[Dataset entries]
--- --- ---
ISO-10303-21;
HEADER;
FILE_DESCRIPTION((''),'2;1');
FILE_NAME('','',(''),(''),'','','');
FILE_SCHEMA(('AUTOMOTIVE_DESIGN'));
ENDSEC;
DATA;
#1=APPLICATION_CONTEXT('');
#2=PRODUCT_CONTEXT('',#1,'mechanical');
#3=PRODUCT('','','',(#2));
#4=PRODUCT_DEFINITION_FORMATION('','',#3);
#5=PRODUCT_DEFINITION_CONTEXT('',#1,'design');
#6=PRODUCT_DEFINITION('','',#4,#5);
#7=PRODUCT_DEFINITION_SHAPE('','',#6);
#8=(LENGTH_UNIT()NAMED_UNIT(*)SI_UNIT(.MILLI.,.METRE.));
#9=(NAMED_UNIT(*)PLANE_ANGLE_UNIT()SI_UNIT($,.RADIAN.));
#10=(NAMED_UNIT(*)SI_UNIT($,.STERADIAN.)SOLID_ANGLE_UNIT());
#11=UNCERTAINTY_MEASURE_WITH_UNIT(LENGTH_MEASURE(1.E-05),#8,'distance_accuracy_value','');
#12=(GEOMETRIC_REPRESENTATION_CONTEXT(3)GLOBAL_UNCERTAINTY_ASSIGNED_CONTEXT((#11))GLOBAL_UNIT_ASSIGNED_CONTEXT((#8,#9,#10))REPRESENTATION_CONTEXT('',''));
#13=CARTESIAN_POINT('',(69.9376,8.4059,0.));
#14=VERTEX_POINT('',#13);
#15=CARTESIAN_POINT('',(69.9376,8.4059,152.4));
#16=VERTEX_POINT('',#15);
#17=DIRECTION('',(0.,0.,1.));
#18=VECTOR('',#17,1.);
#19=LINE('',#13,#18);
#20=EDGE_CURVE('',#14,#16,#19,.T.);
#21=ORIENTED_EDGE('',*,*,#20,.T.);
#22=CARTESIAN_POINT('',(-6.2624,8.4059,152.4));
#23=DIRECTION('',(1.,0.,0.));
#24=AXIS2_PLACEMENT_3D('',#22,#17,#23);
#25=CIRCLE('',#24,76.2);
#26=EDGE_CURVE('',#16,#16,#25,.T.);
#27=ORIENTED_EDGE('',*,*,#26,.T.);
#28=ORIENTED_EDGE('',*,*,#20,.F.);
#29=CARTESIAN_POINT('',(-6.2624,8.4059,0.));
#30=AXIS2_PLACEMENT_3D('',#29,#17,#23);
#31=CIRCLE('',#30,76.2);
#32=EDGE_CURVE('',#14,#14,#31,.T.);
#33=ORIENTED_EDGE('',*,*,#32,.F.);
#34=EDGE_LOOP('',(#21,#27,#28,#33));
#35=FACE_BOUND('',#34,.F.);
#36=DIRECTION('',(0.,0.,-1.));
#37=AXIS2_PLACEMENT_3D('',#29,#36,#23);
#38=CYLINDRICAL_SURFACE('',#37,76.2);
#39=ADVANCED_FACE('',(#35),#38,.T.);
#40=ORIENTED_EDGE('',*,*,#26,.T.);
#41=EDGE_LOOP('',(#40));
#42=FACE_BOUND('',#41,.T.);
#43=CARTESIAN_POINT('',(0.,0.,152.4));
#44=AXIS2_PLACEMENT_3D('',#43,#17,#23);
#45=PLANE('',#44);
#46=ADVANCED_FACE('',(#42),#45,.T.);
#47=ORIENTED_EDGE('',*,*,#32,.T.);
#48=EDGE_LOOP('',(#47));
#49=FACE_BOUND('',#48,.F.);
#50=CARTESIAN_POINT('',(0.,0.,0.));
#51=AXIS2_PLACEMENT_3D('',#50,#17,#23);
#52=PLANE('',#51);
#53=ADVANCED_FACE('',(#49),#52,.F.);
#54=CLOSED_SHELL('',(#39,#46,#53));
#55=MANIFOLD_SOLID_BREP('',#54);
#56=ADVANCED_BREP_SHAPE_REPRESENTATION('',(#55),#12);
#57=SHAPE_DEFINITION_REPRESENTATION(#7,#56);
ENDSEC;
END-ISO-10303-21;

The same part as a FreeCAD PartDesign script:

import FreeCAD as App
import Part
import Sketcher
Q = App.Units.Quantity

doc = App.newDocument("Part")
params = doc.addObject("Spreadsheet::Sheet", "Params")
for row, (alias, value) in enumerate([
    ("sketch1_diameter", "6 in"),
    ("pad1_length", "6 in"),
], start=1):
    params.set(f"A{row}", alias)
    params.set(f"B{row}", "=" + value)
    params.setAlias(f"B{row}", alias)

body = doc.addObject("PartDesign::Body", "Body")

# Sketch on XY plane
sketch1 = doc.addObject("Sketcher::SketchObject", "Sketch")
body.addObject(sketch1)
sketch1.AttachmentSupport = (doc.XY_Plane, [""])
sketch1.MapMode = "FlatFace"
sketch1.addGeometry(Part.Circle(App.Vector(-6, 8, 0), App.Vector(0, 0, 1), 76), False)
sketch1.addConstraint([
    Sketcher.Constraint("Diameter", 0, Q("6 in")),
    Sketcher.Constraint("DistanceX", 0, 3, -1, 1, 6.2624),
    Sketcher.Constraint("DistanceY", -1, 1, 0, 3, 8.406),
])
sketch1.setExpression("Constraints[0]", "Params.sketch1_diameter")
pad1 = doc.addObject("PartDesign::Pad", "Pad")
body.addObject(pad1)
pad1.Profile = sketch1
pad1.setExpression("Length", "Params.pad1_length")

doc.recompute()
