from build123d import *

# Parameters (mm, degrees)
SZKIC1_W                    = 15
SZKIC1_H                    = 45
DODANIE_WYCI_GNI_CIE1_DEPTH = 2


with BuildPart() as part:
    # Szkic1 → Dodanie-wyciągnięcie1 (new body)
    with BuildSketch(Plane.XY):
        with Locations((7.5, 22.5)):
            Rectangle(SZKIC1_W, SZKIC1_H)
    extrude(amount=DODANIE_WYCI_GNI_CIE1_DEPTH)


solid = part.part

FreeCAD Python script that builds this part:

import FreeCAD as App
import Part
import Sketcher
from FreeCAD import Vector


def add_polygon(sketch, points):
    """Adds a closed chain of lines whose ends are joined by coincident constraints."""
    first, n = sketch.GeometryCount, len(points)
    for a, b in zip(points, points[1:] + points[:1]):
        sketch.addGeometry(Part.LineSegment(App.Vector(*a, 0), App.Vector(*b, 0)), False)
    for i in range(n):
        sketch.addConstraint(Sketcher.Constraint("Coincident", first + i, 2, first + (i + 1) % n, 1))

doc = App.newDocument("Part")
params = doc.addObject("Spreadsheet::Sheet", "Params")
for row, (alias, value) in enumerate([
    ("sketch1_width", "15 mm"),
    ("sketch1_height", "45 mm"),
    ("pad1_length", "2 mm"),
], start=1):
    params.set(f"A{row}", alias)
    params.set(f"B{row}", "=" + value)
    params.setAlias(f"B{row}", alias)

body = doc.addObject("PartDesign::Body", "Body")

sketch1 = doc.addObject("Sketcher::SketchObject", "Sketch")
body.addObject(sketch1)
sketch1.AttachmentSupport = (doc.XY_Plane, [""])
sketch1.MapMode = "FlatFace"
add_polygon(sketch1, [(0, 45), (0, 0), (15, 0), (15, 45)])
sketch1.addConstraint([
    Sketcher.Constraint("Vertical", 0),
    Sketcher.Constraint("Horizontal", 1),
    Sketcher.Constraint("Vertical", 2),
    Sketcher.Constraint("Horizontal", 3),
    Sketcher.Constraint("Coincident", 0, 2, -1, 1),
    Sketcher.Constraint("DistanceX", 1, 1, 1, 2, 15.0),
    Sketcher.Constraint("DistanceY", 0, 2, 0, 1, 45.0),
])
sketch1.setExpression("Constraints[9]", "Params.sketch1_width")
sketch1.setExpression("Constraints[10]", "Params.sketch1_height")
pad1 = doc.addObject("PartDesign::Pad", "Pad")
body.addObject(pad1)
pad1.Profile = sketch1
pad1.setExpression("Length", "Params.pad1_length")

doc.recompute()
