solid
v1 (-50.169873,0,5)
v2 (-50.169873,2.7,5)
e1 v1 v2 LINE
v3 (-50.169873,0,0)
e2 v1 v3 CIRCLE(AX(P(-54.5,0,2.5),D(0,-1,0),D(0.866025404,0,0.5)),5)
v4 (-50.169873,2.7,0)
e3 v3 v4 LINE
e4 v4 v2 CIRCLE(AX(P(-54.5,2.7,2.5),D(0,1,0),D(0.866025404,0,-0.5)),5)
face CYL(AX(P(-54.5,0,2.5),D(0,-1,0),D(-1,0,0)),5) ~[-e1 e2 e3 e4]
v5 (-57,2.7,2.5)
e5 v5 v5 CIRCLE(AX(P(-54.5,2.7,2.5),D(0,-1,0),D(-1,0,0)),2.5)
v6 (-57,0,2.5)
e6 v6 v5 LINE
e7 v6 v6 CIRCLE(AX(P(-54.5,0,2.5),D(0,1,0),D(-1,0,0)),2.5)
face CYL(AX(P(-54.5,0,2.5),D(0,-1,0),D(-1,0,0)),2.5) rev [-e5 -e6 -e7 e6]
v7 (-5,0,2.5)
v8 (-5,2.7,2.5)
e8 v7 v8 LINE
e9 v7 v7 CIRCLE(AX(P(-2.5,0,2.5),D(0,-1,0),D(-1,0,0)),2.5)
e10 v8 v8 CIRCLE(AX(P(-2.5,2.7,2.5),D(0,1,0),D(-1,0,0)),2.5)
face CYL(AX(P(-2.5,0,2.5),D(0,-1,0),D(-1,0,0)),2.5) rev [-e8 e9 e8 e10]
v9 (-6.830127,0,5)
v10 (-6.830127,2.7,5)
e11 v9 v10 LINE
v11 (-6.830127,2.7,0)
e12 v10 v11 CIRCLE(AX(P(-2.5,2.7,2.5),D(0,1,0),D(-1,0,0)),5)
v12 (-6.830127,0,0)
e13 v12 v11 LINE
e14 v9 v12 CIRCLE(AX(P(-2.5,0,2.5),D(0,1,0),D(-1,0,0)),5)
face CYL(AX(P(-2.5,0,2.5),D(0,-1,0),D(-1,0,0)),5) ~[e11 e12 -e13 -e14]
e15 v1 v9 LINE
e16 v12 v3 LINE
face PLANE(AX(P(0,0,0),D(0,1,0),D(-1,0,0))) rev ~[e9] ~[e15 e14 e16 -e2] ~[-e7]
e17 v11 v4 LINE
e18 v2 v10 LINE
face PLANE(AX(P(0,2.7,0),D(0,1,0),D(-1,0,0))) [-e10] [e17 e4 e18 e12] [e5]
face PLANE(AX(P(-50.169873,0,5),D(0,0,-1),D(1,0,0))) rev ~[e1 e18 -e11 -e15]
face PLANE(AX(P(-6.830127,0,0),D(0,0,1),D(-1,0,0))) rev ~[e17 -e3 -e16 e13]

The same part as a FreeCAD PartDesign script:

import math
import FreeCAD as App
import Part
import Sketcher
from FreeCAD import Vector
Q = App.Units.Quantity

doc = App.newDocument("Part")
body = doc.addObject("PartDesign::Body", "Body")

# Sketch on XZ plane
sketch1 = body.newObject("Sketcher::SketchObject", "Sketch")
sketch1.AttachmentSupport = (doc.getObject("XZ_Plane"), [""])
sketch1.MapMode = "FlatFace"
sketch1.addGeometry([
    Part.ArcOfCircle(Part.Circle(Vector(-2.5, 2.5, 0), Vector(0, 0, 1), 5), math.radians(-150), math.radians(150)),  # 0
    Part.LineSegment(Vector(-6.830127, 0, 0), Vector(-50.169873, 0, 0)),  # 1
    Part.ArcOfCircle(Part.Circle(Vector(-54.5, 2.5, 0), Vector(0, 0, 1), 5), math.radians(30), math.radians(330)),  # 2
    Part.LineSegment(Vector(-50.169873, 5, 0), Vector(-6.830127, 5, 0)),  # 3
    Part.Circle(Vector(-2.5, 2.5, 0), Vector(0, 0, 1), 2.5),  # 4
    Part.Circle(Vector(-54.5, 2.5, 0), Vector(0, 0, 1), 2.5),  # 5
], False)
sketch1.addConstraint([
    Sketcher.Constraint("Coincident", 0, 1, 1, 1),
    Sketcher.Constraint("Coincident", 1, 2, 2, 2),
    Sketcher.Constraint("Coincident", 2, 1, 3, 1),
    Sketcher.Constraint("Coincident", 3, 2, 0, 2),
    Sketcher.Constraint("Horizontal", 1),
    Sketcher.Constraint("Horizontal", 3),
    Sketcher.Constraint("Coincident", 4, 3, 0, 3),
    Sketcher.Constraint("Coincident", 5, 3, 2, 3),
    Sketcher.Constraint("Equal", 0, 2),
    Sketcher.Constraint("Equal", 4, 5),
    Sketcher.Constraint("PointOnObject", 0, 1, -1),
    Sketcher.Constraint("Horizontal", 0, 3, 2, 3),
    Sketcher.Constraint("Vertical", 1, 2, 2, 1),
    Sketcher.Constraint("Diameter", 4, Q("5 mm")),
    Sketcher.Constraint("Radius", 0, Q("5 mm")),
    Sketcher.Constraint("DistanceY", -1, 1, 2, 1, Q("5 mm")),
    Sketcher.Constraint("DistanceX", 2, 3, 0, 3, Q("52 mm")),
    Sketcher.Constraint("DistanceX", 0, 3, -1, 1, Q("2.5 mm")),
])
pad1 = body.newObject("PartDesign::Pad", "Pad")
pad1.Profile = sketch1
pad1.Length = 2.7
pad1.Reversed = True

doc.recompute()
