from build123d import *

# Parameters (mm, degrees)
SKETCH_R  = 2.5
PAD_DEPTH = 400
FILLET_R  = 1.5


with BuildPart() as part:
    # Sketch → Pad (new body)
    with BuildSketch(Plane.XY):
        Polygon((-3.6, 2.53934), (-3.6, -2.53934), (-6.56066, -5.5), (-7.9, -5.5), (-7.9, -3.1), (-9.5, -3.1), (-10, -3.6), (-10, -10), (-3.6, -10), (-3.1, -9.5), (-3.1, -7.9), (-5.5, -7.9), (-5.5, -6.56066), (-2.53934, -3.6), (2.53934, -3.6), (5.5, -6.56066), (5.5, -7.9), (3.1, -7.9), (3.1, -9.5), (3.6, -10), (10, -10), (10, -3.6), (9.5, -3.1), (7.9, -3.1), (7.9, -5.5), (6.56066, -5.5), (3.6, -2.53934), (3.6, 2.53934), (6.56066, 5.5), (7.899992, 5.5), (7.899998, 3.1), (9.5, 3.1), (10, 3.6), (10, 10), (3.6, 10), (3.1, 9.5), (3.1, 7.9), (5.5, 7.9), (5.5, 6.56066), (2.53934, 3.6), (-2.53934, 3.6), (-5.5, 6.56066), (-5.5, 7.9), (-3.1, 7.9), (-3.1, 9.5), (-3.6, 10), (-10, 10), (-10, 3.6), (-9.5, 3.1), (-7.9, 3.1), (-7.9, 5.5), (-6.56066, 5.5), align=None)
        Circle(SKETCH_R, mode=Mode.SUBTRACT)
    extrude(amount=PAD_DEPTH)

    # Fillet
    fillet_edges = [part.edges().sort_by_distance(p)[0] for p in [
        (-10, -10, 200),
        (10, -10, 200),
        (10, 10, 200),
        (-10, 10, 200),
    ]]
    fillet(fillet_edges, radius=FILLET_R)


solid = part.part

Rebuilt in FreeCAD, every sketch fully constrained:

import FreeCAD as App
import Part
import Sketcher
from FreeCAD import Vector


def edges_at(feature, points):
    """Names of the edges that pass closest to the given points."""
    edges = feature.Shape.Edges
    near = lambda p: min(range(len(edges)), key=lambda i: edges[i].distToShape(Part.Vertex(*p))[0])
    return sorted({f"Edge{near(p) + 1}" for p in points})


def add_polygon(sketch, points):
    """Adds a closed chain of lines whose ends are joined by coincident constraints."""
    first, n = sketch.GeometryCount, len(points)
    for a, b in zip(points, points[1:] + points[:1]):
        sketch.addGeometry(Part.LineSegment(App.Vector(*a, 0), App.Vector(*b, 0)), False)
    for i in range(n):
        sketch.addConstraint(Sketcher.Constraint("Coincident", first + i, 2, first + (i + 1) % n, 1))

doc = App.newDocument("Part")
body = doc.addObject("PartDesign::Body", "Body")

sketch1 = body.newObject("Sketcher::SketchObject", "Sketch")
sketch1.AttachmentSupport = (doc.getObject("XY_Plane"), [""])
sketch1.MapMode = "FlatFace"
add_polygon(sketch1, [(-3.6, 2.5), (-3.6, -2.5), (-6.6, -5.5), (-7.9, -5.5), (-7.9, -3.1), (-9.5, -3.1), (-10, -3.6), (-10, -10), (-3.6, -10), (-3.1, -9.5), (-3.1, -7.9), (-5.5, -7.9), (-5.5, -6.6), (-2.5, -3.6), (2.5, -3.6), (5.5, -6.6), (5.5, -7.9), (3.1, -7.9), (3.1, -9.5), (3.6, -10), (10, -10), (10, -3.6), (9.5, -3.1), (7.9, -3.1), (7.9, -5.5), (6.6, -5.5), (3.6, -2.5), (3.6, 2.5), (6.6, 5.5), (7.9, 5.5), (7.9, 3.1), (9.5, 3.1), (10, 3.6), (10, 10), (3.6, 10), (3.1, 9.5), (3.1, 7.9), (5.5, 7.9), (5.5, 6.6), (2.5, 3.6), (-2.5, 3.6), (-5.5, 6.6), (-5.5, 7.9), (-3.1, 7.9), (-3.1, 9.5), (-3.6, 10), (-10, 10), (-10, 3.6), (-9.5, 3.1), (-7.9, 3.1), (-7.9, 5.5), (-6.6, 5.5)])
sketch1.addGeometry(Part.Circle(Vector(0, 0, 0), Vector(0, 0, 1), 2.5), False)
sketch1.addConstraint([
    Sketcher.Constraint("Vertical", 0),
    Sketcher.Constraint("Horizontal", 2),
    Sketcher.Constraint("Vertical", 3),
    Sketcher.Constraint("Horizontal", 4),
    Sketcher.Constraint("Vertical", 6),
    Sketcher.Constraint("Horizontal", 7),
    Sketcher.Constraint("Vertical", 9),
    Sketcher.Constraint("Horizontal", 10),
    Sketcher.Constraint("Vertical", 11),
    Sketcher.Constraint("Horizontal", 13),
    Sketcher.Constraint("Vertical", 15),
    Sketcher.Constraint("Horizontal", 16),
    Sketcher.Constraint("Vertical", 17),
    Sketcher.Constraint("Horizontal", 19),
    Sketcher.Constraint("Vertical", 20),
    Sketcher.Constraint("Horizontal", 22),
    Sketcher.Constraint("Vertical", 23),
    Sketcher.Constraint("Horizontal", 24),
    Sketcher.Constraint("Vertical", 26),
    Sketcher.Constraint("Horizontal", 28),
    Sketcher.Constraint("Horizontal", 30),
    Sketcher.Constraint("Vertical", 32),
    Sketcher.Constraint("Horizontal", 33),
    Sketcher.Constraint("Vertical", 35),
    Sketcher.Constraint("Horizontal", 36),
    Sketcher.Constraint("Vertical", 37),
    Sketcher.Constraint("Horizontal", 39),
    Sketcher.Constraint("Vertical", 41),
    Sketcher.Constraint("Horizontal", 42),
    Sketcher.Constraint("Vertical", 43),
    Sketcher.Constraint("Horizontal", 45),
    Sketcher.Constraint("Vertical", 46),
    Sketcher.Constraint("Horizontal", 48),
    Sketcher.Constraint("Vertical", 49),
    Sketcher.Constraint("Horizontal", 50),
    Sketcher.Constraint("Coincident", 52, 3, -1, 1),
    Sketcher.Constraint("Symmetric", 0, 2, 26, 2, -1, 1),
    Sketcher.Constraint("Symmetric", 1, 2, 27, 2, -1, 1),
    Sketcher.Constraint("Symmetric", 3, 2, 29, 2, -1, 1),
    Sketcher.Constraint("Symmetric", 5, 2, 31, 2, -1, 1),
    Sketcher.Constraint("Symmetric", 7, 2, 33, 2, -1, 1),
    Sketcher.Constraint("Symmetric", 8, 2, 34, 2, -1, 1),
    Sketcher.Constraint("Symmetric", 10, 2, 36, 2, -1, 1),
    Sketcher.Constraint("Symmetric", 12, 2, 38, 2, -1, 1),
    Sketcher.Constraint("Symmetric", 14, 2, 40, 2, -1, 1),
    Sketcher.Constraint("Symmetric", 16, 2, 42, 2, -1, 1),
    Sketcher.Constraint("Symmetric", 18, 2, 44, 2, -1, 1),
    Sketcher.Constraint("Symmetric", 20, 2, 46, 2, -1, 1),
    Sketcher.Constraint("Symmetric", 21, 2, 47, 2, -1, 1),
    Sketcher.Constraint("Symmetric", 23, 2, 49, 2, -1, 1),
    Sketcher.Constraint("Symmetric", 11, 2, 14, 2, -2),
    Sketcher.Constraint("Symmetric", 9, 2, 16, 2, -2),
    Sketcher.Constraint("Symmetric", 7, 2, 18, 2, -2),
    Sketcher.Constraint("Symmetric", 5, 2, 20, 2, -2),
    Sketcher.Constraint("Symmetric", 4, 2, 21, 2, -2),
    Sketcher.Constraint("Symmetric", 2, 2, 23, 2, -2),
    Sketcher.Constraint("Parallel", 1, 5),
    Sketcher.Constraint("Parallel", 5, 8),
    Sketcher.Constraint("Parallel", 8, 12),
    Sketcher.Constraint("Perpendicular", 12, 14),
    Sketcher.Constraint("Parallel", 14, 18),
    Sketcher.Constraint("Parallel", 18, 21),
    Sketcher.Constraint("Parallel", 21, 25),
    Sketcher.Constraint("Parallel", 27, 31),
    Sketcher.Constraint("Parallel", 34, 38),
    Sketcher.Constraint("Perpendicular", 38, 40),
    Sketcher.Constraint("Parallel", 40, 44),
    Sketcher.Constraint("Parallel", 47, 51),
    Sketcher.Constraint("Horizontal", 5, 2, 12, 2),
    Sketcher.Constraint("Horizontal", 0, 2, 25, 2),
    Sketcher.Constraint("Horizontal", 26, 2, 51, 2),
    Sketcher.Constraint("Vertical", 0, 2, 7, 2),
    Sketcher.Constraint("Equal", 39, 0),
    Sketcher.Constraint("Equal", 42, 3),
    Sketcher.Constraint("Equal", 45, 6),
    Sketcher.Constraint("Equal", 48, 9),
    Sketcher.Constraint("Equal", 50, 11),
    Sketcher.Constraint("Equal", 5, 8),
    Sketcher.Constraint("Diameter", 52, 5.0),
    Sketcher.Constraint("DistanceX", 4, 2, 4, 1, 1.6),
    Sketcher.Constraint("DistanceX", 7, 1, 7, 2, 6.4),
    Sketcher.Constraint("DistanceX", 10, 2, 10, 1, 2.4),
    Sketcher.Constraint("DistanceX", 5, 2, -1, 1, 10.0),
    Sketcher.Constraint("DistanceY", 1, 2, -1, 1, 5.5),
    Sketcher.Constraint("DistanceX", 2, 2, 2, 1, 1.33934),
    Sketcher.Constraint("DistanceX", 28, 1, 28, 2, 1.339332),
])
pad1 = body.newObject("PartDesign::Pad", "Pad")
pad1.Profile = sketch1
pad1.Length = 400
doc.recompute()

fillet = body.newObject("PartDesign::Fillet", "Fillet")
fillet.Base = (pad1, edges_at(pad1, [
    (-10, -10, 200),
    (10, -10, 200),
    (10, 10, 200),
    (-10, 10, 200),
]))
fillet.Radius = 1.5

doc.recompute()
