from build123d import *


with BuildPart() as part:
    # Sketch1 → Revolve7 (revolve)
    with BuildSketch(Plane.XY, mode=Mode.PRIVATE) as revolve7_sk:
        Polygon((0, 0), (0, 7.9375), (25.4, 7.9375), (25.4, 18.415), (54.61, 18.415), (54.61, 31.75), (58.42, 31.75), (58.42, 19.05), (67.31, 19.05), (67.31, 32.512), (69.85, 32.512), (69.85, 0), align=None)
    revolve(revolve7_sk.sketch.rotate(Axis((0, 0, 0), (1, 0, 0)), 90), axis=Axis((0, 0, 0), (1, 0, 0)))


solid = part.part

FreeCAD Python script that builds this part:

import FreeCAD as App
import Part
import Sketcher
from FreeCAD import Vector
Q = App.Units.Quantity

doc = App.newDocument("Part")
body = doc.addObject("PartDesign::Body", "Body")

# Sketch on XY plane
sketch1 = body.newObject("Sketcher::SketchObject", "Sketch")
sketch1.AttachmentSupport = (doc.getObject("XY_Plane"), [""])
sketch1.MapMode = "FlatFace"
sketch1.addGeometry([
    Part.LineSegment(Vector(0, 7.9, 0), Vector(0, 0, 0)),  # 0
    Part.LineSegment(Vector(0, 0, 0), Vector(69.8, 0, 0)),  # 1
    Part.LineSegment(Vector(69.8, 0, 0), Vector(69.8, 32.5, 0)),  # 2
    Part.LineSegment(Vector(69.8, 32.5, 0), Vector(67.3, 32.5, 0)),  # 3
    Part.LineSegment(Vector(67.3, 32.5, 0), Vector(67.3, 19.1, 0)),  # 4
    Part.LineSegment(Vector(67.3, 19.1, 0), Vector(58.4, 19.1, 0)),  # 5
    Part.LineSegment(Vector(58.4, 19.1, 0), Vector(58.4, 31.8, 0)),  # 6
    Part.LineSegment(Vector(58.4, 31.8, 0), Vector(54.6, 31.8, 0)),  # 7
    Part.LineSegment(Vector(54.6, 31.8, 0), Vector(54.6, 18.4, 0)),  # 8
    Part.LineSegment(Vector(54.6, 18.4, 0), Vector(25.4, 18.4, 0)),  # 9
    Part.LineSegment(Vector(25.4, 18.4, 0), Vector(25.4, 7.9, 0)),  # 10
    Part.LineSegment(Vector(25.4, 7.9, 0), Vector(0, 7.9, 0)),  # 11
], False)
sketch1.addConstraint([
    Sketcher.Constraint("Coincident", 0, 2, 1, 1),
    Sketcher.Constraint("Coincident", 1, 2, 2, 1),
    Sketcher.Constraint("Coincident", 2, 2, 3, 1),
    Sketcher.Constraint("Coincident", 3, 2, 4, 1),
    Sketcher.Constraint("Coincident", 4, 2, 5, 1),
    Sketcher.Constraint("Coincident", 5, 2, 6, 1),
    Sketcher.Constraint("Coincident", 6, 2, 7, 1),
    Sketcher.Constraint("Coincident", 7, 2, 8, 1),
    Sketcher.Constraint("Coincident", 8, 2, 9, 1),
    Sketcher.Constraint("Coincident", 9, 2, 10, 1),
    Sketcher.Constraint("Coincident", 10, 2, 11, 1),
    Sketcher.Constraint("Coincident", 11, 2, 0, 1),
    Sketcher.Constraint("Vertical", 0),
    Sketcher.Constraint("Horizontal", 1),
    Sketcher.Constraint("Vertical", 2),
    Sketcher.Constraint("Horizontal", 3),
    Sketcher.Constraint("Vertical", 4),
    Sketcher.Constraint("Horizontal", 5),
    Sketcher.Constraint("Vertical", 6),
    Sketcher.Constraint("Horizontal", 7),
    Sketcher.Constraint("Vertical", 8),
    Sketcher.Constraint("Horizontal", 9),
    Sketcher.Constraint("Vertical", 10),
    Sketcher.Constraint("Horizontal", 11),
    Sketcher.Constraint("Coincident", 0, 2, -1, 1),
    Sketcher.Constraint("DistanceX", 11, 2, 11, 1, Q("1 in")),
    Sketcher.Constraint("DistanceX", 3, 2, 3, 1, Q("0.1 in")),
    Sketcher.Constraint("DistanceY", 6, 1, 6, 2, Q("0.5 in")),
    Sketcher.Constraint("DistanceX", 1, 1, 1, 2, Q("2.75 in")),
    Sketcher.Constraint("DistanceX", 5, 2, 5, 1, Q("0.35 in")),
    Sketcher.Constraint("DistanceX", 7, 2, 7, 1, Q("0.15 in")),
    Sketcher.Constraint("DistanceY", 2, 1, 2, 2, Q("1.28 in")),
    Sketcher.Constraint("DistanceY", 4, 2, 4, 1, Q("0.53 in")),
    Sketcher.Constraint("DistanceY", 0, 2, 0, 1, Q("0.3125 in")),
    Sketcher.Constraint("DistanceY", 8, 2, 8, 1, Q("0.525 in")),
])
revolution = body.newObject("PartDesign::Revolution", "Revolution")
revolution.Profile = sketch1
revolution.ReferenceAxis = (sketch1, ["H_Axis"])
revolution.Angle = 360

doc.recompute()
--- --- ---
- _ACTIVITY_:
The required answer is the run of lines above, starting at the line with "#2=PRODUCT_CONTEXT('',#1,'mechanical');" and ending at the line with "#55=MANIFOLD_SOLID_BREP('',#54);", reproduced exactly with both ends.

- _RESULT BELOW_:
#2=PRODUCT_CONTEXT('',#1,'mechanical');
#3=PRODUCT('','','',(#2));
#4=PRODUCT_DEFINITION_FORMATION('','',#3);
#5=PRODUCT_DEFINITION_CONTEXT('',#1,'design');
#6=PRODUCT_DEFINITION('','',#4,#5);
#7=PRODUCT_DEFINITION_SHAPE('','',#6);
#8=(LENGTH_UNIT()NAMED_UNIT(*)SI_UNIT(.MILLI.,.METRE.));
#9=(NAMED_UNIT(*)PLANE_ANGLE_UNIT()SI_UNIT($,.RADIAN.));
#10=(NAMED_UNIT(*)SI_UNIT($,.STERADIAN.)SOLID_ANGLE_UNIT());
#11=UNCERTAINTY_MEASURE_WITH_UNIT(LENGTH_MEASURE(1.E-05),#8,'distance_accuracy_value','');
#12=(GEOMETRIC_REPRESENTATION_CONTEXT(3)GLOBAL_UNCERTAINTY_ASSIGNED_CONTEXT((#11))GLOBAL_UNIT_ASSIGNED_CONTEXT((#8,#9,#10))REPRESENTATION_CONTEXT('',''));
#13=CARTESIAN_POINT('',(69.9376,8.4059,0.));
#14=VERTEX_POINT('',#13);
#15=CARTESIAN_POINT('',(69.9376,8.4059,152.4));
#16=VERTEX_POINT('',#15);
#17=DIRECTION('',(0.,0.,1.));
#18=VECTOR('',#17,1.);
#19=LINE('',#13,#18);
#20=EDGE_CURVE('',#14,#16,#19,.T.);
#21=ORIENTED_EDGE('',*,*,#20,.T.);
#22=CARTESIAN_POINT('',(-6.2624,8.4059,152.4));
#23=DIRECTION('',(1.,0.,0.));
#24=AXIS2_PLACEMENT_3D('',#22,#17,#23);
#25=CIRCLE('',#24,76.2);
#26=EDGE_CURVE('',#16,#16,#25,.T.);
#27=ORIENTED_EDGE('',*,*,#26,.T.);
#28=ORIENTED_EDGE('',*,*,#20,.F.);
#29=CARTESIAN_POINT('',(-6.2624,8.4059,0.));
#30=AXIS2_PLACEMENT_3D('',#29,#17,#23);
#31=CIRCLE('',#30,76.2);
#32=EDGE_CURVE('',#14,#14,#31,.T.);
#33=ORIENTED_EDGE('',*,*,#32,.F.);
#34=EDGE_LOOP('',(#21,#27,#28,#33));
#35=FACE_BOUND('',#34,.F.);
#36=DIRECTION('',(0.,0.,-1.));
#37=AXIS2_PLACEMENT_3D('',#29,#36,#23);
#38=CYLINDRICAL_SURFACE('',#37,76.2);
#39=ADVANCED_FACE('',(#35),#38,.T.);
#40=ORIENTED_EDGE('',*,*,#26,.T.);
#41=EDGE_LOOP('',(#40));
#42=FACE_BOUND('',#41,.T.);
#43=CARTESIAN_POINT('',(0.,0.,152.4));
#44=AXIS2_PLACEMENT_3D('',#43,#17,#23);
#45=PLANE('',#44);
#46=ADVANCED_FACE('',(#42),#45,.T.);
#47=ORIENTED_EDGE('',*,*,#32,.T.);
#48=EDGE_LOOP('',(#47));
#49=FACE_BOUND('',#48,.F.);
#50=CARTESIAN_POINT('',(0.,0.,0.));
#51=AXIS2_PLACEMENT_3D('',#50,#17,#23);
#52=PLANE('',#51);
#53=ADVANCED_FACE('',(#49),#52,.F.);
#54=CLOSED_SHELL('',(#39,#46,#53));
#55=MANIFOLD_SOLID_BREP('',#54);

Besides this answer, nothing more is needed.